How Cuda is handled on Linux in the institute
Permanent Link:
Overview
Cuda is a framework for utilizing computation capacity of graphics cards and specialized computation hardware supplied by the Nvidia company. This page explains, where which pieces of this framework are available on institute computers and how to use them.
Important:
- Cuda is a moving target. If something doesn't work as expected, please contact IT.
- The commands
CUDA
and getserver
provide --help
functions!
Quick: How to use it?
Step 1: Make sure to be on computer which Cuda is available on
At this point workstations and compute servers running OS generation 7 and 8 are supported. Almost all workstations contain at least a simple Cuda capable graphics card. You can check using this command:
user@host >
CUDA --versions
The command just checks for the respective software packages. To do a functional test, type:
user@host >
CUDA --test
If no Cuda release is available, you have three choices:
- request an upgrade of your workstation's graphics card. Please keep in mind that putting expensive computation acceleration hardware into regular workstations is usually not an option for various reasons. The default graphics card in institute workstations is Nvidia Geforce 1030.
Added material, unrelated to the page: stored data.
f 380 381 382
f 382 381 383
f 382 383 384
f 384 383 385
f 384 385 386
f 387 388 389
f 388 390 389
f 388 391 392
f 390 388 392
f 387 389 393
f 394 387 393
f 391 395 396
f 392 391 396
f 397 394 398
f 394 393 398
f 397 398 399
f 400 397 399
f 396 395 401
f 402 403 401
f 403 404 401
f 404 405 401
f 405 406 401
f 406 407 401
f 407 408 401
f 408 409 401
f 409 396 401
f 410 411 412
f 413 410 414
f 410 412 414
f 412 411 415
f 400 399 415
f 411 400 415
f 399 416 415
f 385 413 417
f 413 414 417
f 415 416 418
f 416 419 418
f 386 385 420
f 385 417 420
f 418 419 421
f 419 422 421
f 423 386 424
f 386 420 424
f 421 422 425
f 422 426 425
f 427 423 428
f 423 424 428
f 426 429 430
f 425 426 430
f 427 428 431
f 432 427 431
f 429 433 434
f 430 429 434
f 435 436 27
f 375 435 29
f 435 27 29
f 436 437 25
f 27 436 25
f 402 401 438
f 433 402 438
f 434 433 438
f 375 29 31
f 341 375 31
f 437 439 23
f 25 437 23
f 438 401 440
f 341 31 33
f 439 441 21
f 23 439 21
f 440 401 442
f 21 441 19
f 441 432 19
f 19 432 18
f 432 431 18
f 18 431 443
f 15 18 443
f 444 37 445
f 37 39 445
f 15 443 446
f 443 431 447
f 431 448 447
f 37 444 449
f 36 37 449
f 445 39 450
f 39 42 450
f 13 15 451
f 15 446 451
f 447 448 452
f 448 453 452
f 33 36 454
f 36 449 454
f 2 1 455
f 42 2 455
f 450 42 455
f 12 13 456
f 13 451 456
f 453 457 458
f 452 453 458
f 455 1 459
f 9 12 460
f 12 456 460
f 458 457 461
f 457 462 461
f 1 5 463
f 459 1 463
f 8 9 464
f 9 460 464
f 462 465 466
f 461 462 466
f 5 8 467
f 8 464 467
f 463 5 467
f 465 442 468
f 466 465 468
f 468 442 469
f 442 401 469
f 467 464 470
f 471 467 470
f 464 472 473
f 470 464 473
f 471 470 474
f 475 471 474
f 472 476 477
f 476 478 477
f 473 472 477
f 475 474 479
- Use the Slurm compute cluster to request GPU acceleration and run non-interactive jobs there.
- Connect to a dedicated compute server with suitable computation hardware.
Connecting to a compute server works like this:
user@host >
getserver -sL -C x
The
x
means "any cuda version". You might want to set a constraint for a specific one:
user@host >
getserver -sL -C 12.5
Step 2: Enable the Cuda environment
The cuda runtime/development files are enable via an
Environment wrapper. Example:
user@host >
CUDA --version 12.0 myscript.sh
to run a script with Runtime 12.0 enabled or
user@host >
CUDA --version 12.5
to just open a shell with runtime 12.5 enabled.
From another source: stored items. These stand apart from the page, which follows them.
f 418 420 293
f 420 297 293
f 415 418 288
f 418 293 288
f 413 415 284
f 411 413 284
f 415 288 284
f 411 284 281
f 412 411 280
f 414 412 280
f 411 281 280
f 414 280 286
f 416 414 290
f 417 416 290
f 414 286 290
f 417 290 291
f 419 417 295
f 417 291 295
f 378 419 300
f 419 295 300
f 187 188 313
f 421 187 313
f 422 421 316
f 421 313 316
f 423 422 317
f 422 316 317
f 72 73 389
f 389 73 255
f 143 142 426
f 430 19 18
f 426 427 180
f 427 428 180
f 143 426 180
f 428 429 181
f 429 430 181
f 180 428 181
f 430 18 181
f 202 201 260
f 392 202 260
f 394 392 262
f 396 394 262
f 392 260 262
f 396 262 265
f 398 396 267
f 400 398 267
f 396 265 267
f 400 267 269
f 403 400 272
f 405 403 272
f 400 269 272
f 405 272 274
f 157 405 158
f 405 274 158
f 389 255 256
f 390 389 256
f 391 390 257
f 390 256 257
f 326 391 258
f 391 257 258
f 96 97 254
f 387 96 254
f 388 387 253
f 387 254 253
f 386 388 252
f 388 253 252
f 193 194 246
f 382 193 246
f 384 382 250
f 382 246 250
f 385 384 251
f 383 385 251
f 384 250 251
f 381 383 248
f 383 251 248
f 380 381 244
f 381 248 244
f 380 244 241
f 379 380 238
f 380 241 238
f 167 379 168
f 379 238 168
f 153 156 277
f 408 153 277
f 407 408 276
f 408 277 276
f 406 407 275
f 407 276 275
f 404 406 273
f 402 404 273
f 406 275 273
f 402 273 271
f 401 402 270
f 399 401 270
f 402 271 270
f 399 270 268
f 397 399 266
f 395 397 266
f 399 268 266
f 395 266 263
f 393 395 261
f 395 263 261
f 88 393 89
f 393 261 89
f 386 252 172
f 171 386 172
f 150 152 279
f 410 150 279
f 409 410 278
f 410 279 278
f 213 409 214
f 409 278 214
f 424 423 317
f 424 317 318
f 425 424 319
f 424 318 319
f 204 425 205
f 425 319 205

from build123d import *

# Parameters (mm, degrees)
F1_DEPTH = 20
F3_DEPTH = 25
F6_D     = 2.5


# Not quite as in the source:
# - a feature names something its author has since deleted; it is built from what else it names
The CUDA wrapper is guaranteed to fail hard, if the Cuda release is not available. Do not circumvent this method by accessing the respective directories directly!
Runtime vs. Development files
There are two main classes of Cuda components:
- Runtime: These libraries are used to run compiled Cuda enabled programs.
- Development files: These files contain tools (e.g. for debugging) and files required to compile Cuda programs.
Since Cuda is a huge framework, sometimes only the runtime is installed on a given computer.
Different versions
Cuda versions depend hard on driver up-to-dateness to work with the specialized computation hardware. Unfortunately, up-to-date drivers depend on up-to-date hardware and operating system kernel version plus there are subtle other problem caused by license issues.
Digest: The runtime or development files required to run your specific piece of software might not work on a given computer taking it's hardware and operating system into account. Please
contact IT in such cases.
Rules
The institute's software management will enforce these rules:
- By default, the latest Cuda runtime whose constraint are satisfied by a given computer are installed there. One exception:
No Cuda components are installed on Terminal servers (e.g. RemoteLinux ) since no computation should be done there.
- The development files of the latest supported Cuda release are automatically installed on each workstation and compute server.
Explicitely excluded from this rule are compute cluster nodes (because development is done interactively) and terminals servers (because development files depend on a runtime which would allow computation to be done there).
- IT will install additional runtime or development file releases upon request .
- All Cuda components that cannot work on a given computer are automatically removed.
To enable experiments/testing/..., this rule can be disabled on a per-computer basis.